So I have been hanging for Tour of Bright all year. Last year was my first ever stab at A grade racing with Total Rush and I finished within top 15 in a field of about 40, which I was pretty stoaked about. I actually wrote a blog about my experiences for Peloton Cafe, you can read it here. I spent the year looking forward to racing Tour of Bright  with the hope to improve my result.
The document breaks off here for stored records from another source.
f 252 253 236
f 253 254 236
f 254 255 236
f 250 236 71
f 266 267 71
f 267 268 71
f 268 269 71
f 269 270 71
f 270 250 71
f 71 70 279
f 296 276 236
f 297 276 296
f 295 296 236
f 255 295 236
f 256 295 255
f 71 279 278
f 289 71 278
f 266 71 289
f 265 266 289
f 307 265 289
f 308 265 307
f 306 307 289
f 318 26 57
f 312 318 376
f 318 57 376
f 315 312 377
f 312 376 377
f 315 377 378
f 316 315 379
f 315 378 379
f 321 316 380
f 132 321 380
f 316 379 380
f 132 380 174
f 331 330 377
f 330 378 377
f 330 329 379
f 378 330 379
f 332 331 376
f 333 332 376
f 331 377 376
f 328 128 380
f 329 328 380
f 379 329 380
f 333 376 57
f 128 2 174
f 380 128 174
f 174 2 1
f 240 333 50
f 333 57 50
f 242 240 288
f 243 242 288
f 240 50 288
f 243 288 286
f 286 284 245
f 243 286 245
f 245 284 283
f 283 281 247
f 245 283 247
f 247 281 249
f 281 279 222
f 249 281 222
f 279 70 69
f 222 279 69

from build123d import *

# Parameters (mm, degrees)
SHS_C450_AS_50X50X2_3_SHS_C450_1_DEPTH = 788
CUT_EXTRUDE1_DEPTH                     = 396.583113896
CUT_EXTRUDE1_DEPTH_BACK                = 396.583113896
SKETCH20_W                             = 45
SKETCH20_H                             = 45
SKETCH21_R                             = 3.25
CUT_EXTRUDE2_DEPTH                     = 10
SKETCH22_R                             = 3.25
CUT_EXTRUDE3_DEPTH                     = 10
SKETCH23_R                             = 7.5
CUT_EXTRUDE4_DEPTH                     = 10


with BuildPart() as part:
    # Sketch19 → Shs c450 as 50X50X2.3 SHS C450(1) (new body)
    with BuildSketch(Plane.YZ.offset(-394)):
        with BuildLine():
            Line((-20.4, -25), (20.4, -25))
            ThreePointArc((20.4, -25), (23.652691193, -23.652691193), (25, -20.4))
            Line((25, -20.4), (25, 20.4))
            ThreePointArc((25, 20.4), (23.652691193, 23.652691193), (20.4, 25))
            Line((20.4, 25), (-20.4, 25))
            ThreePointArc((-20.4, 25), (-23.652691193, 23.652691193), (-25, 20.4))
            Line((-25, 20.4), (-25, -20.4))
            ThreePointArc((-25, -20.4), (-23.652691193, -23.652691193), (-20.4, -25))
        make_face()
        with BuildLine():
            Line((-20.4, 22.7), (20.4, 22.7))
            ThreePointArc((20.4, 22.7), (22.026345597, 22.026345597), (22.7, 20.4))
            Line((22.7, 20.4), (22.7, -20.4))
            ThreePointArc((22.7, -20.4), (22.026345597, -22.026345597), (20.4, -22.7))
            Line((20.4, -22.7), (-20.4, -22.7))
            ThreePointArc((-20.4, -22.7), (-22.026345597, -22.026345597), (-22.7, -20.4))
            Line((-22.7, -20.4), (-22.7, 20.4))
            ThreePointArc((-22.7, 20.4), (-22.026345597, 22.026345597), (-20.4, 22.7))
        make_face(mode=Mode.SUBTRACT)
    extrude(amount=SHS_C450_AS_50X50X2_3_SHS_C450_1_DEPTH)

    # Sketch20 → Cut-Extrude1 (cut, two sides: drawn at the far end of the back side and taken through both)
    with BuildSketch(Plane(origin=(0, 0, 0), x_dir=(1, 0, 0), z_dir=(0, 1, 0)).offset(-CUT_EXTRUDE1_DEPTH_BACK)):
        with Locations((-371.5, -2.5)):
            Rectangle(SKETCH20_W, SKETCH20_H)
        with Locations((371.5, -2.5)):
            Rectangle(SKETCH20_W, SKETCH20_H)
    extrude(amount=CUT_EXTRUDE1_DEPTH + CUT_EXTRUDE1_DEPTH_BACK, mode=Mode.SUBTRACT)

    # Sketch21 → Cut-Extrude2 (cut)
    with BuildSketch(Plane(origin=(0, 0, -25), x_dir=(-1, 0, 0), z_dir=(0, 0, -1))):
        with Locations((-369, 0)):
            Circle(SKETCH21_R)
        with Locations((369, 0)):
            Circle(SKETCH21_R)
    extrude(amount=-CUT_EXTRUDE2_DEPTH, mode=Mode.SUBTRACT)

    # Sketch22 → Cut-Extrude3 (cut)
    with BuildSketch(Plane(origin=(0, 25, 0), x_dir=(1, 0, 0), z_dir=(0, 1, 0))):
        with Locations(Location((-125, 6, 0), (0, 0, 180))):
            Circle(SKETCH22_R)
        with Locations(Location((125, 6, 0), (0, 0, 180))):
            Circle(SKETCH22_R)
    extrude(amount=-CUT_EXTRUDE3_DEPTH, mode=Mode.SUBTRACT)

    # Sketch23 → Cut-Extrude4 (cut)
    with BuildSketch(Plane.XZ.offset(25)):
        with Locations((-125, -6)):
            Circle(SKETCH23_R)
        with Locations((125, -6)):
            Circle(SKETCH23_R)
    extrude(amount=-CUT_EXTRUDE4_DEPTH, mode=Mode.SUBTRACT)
I have had a big year – racing a full NRS season, had a change of teams and have been training my butt off with my super coach, seeing improvements here and there. I was starting this tour with a lot more kilometres under my belt, a new team and a lot more race experience than last year – that’s for sure.  So was hoping for a good result all round.

My lead up was good. My elbow has recovered from the TTT crash at Goldfields. I was rested.  I had two new stealth looking bikes which Total Rush had just built for me during the week. All that was left was to get to Bright and get on with it!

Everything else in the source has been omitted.